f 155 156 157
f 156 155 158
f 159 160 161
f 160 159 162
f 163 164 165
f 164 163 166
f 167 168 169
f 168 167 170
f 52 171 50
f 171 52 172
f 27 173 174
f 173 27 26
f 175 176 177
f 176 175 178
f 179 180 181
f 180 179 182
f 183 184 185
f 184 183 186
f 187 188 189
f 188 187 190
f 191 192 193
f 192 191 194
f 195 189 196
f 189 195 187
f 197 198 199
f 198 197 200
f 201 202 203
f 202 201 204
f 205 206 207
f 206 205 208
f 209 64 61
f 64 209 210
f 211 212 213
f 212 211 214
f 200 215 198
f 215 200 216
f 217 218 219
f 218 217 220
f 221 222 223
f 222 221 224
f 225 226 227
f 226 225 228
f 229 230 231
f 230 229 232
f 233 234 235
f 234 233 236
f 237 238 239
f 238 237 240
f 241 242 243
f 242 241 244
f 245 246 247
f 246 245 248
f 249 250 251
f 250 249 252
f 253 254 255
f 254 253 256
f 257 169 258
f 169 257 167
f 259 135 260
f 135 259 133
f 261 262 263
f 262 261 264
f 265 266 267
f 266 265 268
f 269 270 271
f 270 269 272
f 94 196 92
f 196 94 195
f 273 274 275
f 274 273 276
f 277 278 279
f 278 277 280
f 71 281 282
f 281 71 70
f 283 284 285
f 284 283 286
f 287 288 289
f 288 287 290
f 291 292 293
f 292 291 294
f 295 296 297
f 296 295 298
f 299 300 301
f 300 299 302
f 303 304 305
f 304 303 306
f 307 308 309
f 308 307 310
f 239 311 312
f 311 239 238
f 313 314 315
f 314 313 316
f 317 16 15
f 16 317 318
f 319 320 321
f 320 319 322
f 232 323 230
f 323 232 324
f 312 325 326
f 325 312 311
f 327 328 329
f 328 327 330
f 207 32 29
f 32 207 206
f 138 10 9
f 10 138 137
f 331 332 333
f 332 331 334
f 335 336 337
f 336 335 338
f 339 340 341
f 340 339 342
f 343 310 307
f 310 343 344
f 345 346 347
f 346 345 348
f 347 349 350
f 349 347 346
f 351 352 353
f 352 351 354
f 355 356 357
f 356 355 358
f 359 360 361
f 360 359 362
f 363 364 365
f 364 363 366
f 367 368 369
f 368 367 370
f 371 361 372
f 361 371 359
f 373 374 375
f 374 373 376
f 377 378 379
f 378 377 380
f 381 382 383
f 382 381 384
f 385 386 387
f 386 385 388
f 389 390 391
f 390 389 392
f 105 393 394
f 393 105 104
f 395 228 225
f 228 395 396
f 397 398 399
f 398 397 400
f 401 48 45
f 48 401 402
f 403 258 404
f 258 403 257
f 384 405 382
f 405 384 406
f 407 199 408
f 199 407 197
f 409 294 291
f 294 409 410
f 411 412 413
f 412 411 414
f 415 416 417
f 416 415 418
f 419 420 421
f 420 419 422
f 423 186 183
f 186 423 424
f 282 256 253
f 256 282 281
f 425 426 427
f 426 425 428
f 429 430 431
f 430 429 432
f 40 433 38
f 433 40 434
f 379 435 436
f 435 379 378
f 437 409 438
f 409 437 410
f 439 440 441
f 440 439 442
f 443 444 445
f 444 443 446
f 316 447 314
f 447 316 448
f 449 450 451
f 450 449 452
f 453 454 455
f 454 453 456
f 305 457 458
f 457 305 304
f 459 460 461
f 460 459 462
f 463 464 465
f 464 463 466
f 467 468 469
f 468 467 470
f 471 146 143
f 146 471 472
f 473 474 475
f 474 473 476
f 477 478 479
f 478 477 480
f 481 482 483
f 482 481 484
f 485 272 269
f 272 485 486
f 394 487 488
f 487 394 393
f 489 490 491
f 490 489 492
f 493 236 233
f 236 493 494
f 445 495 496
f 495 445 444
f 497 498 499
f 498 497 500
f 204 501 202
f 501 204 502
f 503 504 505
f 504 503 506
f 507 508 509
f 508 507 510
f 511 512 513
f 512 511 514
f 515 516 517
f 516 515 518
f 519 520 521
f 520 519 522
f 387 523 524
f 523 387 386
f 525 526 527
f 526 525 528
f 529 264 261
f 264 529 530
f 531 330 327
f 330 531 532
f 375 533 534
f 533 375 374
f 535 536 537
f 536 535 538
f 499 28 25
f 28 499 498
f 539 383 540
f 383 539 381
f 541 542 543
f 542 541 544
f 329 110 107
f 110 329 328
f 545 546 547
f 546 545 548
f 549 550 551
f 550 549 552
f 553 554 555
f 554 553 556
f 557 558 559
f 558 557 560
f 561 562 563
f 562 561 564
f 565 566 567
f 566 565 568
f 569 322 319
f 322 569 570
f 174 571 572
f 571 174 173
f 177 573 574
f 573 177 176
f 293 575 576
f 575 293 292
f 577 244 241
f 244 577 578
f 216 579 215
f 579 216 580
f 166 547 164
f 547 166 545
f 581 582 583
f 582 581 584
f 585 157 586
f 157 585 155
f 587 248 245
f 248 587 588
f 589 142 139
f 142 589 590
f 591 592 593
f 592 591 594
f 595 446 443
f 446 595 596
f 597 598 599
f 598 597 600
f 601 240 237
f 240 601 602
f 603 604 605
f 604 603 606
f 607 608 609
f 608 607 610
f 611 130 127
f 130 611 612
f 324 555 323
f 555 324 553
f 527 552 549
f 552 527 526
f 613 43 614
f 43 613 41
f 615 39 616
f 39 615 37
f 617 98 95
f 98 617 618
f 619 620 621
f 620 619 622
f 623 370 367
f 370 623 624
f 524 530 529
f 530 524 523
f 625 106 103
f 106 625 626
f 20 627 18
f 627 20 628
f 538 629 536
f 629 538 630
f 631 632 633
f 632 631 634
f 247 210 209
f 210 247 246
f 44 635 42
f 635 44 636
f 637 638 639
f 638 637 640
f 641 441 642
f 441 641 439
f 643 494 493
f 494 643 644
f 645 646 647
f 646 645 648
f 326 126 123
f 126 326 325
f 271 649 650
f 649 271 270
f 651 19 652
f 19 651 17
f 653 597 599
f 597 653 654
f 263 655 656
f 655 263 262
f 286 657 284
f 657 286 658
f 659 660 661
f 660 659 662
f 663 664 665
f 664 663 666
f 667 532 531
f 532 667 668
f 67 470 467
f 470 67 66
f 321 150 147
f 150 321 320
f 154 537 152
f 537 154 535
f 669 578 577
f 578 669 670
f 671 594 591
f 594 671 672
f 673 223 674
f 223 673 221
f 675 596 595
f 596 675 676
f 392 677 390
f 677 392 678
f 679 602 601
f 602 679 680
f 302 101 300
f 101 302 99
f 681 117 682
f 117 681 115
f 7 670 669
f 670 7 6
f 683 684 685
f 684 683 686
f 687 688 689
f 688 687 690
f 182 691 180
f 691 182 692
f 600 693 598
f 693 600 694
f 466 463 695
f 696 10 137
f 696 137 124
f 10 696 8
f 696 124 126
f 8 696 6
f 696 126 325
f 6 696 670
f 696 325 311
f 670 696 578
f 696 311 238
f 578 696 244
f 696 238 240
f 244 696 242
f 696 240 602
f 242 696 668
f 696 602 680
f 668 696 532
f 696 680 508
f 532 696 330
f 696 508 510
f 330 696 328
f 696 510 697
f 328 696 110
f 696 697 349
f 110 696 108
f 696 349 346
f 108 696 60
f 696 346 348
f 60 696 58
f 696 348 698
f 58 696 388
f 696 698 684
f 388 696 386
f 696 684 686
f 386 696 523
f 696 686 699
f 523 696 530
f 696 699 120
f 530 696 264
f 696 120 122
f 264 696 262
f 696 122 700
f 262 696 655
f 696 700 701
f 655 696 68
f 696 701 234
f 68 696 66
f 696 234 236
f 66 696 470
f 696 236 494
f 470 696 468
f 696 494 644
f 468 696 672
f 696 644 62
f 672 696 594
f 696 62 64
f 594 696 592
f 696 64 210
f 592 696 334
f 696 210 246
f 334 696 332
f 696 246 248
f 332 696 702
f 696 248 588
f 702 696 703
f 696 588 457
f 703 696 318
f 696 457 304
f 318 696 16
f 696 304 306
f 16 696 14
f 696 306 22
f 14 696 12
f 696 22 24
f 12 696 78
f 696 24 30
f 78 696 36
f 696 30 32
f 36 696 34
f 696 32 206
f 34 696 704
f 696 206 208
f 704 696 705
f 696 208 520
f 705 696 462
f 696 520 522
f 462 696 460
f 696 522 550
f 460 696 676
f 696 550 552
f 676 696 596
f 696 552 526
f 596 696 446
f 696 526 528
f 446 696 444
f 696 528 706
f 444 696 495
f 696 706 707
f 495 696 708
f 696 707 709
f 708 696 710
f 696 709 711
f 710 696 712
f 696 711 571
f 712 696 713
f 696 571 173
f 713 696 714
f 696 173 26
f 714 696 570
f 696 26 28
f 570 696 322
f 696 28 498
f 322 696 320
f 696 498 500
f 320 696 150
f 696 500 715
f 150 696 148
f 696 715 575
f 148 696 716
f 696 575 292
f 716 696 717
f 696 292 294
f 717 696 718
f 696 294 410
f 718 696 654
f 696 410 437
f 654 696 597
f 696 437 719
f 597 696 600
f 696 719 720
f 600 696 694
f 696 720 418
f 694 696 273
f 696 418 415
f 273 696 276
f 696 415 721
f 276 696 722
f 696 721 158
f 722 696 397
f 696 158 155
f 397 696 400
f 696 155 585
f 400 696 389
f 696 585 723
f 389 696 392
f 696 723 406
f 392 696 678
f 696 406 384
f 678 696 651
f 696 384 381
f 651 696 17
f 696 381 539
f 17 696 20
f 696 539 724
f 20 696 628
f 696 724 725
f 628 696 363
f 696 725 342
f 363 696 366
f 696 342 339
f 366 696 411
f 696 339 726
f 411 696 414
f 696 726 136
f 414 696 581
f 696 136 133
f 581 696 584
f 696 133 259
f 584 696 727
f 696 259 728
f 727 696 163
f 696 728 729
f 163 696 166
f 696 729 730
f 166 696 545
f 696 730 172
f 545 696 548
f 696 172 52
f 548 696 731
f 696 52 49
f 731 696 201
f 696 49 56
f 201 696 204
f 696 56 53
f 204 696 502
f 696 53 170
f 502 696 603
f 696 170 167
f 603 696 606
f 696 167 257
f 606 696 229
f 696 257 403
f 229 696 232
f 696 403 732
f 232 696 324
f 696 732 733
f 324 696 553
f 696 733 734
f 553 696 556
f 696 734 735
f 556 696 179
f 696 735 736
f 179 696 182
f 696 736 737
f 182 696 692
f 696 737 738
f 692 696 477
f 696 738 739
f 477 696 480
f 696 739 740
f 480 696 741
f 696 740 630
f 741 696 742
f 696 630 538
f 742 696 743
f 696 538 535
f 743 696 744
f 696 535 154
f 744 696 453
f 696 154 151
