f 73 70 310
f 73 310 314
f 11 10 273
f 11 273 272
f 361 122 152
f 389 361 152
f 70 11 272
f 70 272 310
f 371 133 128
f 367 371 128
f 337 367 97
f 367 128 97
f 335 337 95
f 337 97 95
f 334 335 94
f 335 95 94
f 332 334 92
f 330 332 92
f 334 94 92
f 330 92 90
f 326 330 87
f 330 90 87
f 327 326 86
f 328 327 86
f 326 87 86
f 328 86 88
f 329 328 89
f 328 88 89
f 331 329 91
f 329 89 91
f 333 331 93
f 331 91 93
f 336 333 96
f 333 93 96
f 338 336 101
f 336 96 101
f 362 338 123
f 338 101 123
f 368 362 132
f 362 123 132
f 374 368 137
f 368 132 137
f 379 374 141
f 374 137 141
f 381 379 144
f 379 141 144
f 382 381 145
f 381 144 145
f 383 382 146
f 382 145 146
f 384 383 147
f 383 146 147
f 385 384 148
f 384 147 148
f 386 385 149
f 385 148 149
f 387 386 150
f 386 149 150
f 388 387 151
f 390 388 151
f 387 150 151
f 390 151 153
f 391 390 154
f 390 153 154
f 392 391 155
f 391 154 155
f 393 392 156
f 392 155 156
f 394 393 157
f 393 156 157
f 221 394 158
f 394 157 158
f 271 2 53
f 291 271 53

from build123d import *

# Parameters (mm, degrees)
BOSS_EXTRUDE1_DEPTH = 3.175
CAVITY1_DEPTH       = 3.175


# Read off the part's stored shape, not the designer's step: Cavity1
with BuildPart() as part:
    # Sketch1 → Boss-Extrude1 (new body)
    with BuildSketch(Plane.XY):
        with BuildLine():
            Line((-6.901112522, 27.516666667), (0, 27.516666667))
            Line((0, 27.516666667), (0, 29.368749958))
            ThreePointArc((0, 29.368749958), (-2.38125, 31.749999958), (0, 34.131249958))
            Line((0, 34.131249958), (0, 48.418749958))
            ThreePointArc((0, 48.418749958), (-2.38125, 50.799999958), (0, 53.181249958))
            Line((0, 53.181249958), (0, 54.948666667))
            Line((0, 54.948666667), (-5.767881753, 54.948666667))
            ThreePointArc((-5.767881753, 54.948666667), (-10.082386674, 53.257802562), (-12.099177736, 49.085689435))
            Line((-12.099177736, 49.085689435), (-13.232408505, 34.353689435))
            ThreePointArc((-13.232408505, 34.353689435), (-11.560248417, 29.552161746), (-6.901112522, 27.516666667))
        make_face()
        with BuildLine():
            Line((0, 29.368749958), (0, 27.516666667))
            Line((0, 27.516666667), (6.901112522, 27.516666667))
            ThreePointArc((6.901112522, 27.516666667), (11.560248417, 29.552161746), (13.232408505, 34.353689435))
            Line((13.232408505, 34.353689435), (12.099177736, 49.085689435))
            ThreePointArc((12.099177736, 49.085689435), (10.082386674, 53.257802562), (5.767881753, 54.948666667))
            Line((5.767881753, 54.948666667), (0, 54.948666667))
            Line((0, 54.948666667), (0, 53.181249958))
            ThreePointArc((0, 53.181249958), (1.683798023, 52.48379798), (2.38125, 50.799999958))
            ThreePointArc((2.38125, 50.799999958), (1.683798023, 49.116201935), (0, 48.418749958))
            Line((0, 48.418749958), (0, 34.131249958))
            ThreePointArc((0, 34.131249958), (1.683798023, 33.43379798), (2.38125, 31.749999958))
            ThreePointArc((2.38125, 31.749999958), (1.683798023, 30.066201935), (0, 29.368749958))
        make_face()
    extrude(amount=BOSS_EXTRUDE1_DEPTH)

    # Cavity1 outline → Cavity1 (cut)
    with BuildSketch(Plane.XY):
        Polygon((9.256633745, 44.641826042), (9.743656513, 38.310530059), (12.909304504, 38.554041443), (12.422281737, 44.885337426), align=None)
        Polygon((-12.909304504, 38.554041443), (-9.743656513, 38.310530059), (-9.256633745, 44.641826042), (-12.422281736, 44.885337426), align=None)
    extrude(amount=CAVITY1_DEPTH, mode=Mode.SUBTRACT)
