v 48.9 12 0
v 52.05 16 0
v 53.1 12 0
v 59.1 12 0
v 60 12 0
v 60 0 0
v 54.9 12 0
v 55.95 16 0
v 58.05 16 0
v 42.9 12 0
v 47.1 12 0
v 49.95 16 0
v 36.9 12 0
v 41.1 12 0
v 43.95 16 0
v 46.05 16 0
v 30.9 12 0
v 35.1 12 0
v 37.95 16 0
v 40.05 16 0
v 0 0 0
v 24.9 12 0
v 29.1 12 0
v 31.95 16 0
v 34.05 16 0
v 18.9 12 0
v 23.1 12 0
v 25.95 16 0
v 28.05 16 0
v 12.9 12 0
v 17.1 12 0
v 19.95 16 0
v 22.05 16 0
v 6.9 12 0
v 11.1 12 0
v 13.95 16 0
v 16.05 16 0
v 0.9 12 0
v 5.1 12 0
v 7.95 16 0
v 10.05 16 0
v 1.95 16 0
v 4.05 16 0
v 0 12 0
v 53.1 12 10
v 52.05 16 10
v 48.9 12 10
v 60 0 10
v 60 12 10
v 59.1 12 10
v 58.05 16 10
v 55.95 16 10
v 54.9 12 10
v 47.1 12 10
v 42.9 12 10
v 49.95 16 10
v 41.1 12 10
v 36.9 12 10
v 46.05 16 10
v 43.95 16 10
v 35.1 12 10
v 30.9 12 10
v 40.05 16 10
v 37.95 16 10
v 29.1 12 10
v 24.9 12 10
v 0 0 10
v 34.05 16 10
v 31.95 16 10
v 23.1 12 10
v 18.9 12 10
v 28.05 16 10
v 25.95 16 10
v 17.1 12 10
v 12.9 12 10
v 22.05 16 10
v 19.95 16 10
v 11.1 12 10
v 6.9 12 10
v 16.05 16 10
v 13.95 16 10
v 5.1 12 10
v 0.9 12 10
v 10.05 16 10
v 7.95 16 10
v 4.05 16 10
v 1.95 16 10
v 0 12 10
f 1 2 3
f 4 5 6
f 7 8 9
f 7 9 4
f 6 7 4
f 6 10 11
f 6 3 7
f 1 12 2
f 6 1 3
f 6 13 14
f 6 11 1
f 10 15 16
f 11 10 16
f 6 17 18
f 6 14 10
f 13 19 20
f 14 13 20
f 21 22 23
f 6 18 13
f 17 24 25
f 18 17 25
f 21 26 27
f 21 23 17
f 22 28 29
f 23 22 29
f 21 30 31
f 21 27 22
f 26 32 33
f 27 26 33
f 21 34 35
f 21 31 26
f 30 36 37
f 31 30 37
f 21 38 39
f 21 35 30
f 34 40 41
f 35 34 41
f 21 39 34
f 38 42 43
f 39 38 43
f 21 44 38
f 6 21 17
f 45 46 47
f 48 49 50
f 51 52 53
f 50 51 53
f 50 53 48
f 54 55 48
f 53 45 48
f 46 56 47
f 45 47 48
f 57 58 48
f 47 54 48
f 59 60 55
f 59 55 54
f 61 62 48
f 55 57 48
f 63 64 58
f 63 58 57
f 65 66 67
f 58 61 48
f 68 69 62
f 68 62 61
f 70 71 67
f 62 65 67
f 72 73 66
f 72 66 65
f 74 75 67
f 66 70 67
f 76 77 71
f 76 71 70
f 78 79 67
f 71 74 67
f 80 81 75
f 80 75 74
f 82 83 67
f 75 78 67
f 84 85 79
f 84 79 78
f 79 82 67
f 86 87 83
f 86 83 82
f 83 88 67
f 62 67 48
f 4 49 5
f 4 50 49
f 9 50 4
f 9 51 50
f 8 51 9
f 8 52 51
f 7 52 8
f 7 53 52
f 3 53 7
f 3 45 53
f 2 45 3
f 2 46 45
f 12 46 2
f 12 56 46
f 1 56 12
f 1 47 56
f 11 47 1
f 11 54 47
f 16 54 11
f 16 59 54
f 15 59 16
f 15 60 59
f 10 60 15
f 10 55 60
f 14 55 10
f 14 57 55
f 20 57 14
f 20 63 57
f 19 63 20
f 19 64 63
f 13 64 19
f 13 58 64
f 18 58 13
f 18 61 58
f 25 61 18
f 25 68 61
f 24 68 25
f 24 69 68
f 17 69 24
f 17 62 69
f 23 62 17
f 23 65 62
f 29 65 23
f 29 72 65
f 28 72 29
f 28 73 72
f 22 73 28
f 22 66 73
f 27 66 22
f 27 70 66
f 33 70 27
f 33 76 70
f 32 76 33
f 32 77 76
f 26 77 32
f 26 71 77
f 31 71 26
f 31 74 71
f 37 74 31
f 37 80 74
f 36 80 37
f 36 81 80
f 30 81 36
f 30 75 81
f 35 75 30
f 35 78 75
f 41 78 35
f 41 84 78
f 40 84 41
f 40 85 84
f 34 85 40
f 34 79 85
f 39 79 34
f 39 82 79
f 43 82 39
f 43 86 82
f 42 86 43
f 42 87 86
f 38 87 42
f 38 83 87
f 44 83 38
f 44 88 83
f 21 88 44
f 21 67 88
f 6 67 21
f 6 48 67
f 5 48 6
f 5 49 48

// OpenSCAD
$fn = 32;

// ----------------------------------------------------------------------
// Gear rack: 10 teeth, pitch 6 mm
// ----------------------------------------------------------------------

// --- parameters (mm) ---
teeth = 10;               // number of teeth
pitch = 6;                // tooth pitch, X
root_w = 4.2;             // tooth width at the root
tip_w = 2.1;              // tooth width at the tip
base_h = 12;              // rack body height, Y
tooth_h = 4;              // tooth height above the body
plate_t = 10;             // rack width, Z (extrusion height)

rack_l = teeth * pitch;  // overall length
total_h = base_h + tooth_h;  // overall height

profile = [[0, 0], [60, 0], [60, 12], [59.1, 12], [58.05, 16], [55.95, 16], [54.9, 12], [53.1, 12], [52.05, 16], [49.95, 16], [48.9, 12], [47.1, 12], [46.05, 16], [43.95, 16], [42.9, 12], [41.1, 12], [40.05, 16], [37.95, 16], [36.9, 12], [35.1, 12], [34.05, 16], [31.95, 16], [30.9, 12], [29.1, 12], [28.05, 16], [25.95, 16], [24.9, 12], [23.1, 12], [22.05, 16], [19.95, 16], [18.9, 12], [17.1, 12], [16.05, 16], [13.95, 16], [12.9, 12], [11.1, 12], [10.05, 16], [7.95, 16], [6.9, 12], [5.1, 12], [4.05, 16], [1.95, 16], [0.9, 12], [0, 12]];  // primary outline, 44 points, counter clockwise

// --- the one profile operation ---
linear_extrude(height = plate_t) polygon(points = profile);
====
From the first line of the entries above to the line with "f 188 187 190", please return every line exactly, keeping both ends.

f 155 156 157
f 156 155 158
f 159 160 161
f 160 159 162
f 163 164 165
f 164 163 166
f 167 168 169
f 168 167 170
f 52 171 50
f 171 52 172
f 27 173 174
f 173 27 26
f 175 176 177
f 176 175 178
f 179 180 181
f 180 179 182
f 183 184 185
f 184 183 186
f 187 188 189
f 188 187 190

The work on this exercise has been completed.